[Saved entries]
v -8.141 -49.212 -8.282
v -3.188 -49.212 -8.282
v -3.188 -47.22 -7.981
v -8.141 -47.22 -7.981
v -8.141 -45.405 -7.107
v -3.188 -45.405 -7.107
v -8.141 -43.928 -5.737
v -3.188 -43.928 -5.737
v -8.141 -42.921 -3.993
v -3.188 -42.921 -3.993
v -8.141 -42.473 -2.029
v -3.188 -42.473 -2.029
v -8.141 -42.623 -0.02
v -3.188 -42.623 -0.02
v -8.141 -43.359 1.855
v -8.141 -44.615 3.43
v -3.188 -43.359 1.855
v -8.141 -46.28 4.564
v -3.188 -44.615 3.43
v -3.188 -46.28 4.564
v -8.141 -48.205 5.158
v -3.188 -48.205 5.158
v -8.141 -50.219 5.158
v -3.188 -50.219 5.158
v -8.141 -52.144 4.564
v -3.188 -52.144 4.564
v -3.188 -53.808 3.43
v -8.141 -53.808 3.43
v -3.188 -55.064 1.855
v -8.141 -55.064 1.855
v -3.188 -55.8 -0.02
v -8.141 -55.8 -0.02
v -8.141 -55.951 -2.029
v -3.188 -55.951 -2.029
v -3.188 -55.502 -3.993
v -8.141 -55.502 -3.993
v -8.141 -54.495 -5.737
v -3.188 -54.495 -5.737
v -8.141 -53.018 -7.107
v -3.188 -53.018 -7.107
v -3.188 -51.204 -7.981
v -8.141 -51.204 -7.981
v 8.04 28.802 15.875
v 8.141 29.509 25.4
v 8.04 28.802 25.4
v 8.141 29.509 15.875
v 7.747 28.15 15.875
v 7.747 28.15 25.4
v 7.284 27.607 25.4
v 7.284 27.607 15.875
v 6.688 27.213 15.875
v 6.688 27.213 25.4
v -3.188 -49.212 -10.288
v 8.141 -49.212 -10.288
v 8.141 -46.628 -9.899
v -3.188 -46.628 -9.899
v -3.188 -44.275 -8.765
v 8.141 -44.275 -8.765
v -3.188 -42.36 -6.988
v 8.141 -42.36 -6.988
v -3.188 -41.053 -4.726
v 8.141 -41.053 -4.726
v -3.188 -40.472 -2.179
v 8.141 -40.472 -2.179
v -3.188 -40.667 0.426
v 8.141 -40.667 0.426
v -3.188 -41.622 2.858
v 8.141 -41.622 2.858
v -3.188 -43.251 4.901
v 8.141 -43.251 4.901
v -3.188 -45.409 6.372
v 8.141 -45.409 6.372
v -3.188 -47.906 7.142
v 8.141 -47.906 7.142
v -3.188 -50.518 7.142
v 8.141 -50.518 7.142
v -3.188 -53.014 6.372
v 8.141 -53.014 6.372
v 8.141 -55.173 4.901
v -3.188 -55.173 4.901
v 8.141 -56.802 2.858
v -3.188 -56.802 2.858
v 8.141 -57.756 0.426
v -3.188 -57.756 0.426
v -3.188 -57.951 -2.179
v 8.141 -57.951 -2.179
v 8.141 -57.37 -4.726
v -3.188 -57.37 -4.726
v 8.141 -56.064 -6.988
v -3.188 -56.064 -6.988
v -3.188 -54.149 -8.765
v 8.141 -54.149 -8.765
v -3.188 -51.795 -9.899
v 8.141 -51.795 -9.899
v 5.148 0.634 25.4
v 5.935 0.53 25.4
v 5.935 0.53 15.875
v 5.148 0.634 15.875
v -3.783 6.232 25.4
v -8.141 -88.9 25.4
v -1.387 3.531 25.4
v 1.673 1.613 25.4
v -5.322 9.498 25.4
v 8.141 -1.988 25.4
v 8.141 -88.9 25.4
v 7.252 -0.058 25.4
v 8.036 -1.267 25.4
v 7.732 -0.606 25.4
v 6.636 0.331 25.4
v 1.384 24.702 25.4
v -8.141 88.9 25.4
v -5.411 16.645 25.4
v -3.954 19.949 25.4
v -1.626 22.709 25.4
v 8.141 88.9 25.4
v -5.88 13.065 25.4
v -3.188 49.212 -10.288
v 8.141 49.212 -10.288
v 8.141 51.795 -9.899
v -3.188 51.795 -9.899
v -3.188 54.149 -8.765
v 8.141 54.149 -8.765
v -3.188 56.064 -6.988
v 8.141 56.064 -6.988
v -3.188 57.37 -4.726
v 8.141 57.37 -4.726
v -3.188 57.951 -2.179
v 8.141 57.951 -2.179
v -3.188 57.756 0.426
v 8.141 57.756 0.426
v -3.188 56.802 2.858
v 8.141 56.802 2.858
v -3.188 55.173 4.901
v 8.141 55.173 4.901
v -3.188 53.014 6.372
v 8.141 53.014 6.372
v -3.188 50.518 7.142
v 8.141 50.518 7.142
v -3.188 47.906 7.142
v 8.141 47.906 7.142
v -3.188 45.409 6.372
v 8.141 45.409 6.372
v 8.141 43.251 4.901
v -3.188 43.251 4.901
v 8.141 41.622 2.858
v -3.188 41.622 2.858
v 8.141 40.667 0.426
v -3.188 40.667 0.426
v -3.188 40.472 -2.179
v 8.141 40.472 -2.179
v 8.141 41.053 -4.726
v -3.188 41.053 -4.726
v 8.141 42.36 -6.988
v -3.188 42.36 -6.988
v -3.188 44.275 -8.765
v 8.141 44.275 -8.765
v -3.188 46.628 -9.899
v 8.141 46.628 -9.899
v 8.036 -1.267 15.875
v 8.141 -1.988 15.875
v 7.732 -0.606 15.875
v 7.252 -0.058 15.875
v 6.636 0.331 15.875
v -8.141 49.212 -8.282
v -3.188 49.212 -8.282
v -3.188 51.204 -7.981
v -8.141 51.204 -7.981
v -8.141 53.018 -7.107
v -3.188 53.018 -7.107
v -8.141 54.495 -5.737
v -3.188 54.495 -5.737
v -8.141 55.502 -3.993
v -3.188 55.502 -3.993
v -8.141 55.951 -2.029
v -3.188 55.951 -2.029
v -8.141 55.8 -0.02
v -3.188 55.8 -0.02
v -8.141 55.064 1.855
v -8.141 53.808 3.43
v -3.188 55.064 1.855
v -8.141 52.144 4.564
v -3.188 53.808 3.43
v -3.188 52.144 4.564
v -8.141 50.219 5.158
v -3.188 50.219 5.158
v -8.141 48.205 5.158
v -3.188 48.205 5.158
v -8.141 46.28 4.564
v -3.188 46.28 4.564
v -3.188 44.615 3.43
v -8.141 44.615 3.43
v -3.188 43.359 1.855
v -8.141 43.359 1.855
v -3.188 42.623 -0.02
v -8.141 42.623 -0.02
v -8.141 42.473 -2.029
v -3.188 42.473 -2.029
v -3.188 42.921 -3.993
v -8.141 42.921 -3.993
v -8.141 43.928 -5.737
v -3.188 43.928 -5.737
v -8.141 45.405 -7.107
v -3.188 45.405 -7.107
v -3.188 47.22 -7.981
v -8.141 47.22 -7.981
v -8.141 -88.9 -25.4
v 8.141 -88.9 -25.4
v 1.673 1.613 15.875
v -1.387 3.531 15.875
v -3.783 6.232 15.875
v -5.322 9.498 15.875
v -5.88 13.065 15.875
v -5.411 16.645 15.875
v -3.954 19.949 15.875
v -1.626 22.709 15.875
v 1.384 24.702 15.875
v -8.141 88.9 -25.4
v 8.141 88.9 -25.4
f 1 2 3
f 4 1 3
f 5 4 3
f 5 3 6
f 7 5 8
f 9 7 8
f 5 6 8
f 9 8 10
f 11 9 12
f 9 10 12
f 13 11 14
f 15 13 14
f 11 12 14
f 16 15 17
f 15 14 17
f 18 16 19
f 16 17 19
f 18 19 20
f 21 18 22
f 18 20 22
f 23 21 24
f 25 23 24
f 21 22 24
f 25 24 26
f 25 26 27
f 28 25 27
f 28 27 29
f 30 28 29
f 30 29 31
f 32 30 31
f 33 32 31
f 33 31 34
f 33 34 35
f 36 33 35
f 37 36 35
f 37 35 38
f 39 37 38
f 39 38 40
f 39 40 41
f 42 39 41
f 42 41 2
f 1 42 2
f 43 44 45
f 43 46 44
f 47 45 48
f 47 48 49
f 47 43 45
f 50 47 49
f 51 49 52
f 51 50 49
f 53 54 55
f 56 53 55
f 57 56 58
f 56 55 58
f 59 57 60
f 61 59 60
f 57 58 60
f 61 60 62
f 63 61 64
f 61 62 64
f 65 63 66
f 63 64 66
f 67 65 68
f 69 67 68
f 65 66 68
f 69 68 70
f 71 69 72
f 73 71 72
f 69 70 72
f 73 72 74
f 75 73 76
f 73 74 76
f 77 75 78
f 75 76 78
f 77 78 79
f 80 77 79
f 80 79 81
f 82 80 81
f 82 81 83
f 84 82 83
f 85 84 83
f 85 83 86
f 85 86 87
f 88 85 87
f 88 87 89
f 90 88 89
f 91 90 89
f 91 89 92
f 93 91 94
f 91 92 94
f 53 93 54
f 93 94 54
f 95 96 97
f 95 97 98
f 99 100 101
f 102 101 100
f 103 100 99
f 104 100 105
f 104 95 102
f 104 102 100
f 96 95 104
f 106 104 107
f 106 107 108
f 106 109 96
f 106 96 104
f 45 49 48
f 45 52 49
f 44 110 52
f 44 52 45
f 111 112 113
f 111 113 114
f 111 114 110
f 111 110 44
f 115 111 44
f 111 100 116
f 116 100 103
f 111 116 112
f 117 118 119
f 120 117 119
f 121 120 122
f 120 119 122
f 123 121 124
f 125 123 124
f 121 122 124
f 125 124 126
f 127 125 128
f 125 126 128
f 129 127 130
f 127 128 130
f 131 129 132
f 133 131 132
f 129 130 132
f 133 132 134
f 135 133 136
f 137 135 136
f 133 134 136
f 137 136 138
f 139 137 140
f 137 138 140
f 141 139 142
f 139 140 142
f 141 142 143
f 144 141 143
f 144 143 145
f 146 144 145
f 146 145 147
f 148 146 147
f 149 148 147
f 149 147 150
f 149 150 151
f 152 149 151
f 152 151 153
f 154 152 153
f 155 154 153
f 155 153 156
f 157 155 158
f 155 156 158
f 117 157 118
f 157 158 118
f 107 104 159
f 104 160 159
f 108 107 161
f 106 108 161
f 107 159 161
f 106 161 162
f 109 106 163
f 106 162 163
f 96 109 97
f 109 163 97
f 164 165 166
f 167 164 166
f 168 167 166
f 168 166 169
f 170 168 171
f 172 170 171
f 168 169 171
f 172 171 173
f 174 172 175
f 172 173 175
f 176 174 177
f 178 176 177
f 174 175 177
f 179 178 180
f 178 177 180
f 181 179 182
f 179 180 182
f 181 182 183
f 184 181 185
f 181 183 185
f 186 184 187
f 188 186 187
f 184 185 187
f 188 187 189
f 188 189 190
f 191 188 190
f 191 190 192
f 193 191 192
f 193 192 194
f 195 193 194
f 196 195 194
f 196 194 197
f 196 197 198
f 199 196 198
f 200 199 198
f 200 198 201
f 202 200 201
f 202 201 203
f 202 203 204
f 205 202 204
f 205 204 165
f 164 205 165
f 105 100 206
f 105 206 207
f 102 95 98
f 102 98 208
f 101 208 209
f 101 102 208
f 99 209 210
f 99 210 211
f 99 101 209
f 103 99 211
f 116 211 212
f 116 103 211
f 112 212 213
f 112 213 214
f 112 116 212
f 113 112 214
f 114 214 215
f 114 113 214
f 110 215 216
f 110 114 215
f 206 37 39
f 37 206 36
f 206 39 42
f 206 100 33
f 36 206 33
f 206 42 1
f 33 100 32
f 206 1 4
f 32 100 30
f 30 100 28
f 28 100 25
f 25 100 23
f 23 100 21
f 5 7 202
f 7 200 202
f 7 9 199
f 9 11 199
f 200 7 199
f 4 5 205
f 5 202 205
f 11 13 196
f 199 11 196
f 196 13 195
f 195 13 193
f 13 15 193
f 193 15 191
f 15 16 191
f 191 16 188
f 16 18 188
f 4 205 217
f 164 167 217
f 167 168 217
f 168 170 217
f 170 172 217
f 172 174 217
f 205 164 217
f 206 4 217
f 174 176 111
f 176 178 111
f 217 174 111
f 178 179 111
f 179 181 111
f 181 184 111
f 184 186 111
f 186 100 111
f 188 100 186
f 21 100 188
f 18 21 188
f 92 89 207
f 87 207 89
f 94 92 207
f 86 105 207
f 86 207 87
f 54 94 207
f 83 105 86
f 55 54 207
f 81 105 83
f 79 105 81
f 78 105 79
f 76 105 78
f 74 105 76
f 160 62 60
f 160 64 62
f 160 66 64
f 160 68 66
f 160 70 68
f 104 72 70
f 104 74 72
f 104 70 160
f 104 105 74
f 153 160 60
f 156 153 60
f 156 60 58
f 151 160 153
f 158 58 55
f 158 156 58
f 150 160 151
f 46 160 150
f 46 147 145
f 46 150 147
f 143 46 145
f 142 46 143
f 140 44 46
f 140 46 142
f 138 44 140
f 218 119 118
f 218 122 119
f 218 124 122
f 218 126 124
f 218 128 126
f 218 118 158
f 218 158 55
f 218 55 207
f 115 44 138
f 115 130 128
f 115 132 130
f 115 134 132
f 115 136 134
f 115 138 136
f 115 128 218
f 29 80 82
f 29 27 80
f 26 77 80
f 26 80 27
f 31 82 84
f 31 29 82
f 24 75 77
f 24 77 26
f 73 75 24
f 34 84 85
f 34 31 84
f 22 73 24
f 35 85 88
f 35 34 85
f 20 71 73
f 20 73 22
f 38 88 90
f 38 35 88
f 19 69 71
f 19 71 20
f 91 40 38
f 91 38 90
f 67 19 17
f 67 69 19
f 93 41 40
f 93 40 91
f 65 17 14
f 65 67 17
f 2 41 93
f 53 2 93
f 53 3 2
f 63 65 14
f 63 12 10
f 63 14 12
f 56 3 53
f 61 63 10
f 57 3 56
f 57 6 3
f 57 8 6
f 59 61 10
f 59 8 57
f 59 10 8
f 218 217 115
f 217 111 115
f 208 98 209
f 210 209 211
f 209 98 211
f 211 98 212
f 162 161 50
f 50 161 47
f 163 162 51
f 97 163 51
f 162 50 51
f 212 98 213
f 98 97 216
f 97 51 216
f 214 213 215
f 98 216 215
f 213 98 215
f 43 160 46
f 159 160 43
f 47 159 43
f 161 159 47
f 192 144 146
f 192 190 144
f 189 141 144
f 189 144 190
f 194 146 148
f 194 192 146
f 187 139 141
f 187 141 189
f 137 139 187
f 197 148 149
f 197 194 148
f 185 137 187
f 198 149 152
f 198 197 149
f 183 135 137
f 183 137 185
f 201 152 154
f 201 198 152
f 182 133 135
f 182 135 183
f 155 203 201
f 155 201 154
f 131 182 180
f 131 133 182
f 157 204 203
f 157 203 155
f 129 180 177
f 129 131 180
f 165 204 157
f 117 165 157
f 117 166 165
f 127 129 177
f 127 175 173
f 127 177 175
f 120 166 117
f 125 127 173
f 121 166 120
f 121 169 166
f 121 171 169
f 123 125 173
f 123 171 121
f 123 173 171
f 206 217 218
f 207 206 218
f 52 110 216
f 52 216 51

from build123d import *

# Parameters (mm, degrees)
SKETCH1_W           = 16.2814
SKETCH1_H           = 177.8
BOSS_EXTRUDE1_DEPTH = 25.4
SKETCH2_R           = 6.75767
CUT_EXTRUDE1_DEPTH  = 94.879997795
SKETCH3_R           = 8.7641176
CUT_EXTRUDE2_DEPTH  = 11.3284
CUT_EXTRUDE3_DEPTH  = 9.525
FILLET1_R           = 2.54


with BuildPart() as part:
    # Sketch1 → Boss-Extrude1 (new, symmetric)
    with BuildSketch(Plane.XY):
        Rectangle(SKETCH1_W, SKETCH1_H)
    extrude(amount=BOSS_EXTRUDE1_DEPTH, both=True)

    # Sketch2 → Cut-Extrude1 (cut, through all)
    with BuildSketch(Plane(origin=(8.1407, 0, 0), x_dir=(0, 0, -1), z_dir=(1, 0, 0))):
        with Locations((1.524, 49.211738)):
            Circle(SKETCH2_R)
        with Locations((1.524, -49.211738)):
            Circle(SKETCH2_R)
    extrude(amount=-CUT_EXTRUDE1_DEPTH, mode=Mode.SUBTRACT)

    # Sketch3 → Cut-Extrude2 (cut)
    with BuildSketch(Plane(origin=(8.1407, 0, 0), x_dir=(0, 0, -1), z_dir=(1, 0, 0))):
        with Locations((1.524, 49.211738)):
            Circle(SKETCH3_R)
        with Locations((1.524, -49.211738)):
            Circle(SKETCH3_R)
    extrude(amount=-CUT_EXTRUDE2_DEPTH, mode=Mode.SUBTRACT)

    # Sketch5 → Cut-Extrude3 (cut)
    with BuildSketch(Plane.XY.offset(25.4)):
        with BuildLine():
            Line((1.3843, 24.702073714), (8.1407, 27.901182182))
            Line((8.1407, 27.901182182), (8.1407, 0.236876892))
            Line((8.1407, 0.236876892), (5.147798748, 0.634218973))
            ThreePointArc((5.147798748, 0.634218973), (-5.728317972, 11.261694019), (1.3843, 24.702073714))
        make_face()
    extrude(amount=-CUT_EXTRUDE3_DEPTH, mode=Mode.SUBTRACT)

    # Fillet1
    fillet1_edges = [part.edges().sort_by_distance(p)[0] for p in [
        (8.1407, 27.901182182, 20.6375),
        (8.1407, 0.236876892, 20.6375),
    ]]
    fillet(fillet1_edges, radius=FILLET1_R)


solid = part.part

◆ TASK REQUIREMENTS
Give back precisely the lines above that start at the line containing "v 8.141 56.802 2.858" and end at the line containing "v -8.141 43.928 -5.737", inclusive. No other lines belong in the output.

◆ SOLUTION
v 8.141 56.802 2.858
v -3.188 55.173 4.901
v 8.141 55.173 4.901
v -3.188 53.014 6.372
v 8.141 53.014 6.372
v -3.188 50.518 7.142
v 8.141 50.518 7.142
v -3.188 47.906 7.142
v 8.141 47.906 7.142
v -3.188 45.409 6.372
v 8.141 45.409 6.372
v 8.141 43.251 4.901
v -3.188 43.251 4.901
v 8.141 41.622 2.858
v -3.188 41.622 2.858
v 8.141 40.667 0.426
v -3.188 40.667 0.426
v -3.188 40.472 -2.179
v 8.141 40.472 -2.179
v 8.141 41.053 -4.726
v -3.188 41.053 -4.726
v 8.141 42.36 -6.988
v -3.188 42.36 -6.988
v -3.188 44.275 -8.765
v 8.141 44.275 -8.765
v -3.188 46.628 -9.899
v 8.141 46.628 -9.899
v 8.036 -1.267 15.875
v 8.141 -1.988 15.875
v 7.732 -0.606 15.875
v 7.252 -0.058 15.875
v 6.636 0.331 15.875
v -8.141 49.212 -8.282
v -3.188 49.212 -8.282
v -3.188 51.204 -7.981
v -8.141 51.204 -7.981
v -8.141 53.018 -7.107
v -3.188 53.018 -7.107
v -8.141 54.495 -5.737
v -3.188 54.495 -5.737
v -8.141 55.502 -3.993
v -3.188 55.502 -3.993
v -8.141 55.951 -2.029
v -3.188 55.951 -2.029
v -8.141 55.8 -0.02
v -3.188 55.8 -0.02
v -8.141 55.064 1.855
v -8.141 53.808 3.43
v -3.188 55.064 1.855
v -8.141 52.144 4.564
v -3.188 53.808 3.43
v -3.188 52.144 4.564
v -8.141 50.219 5.158
v -3.188 50.219 5.158
v -8.141 48.205 5.158
v -3.188 48.205 5.158
v -8.141 46.28 4.564
v -3.188 46.28 4.564
v -3.188 44.615 3.43
v -8.141 44.615 3.43
v -3.188 43.359 1.855
v -8.141 43.359 1.855
v -3.188 42.623 -0.02
v -8.141 42.623 -0.02
v -8.141 42.473 -2.029
v -3.188 42.473 -2.029
v -3.188 42.921 -3.993
v -8.141 42.921 -3.993
v -8.141 43.928 -5.737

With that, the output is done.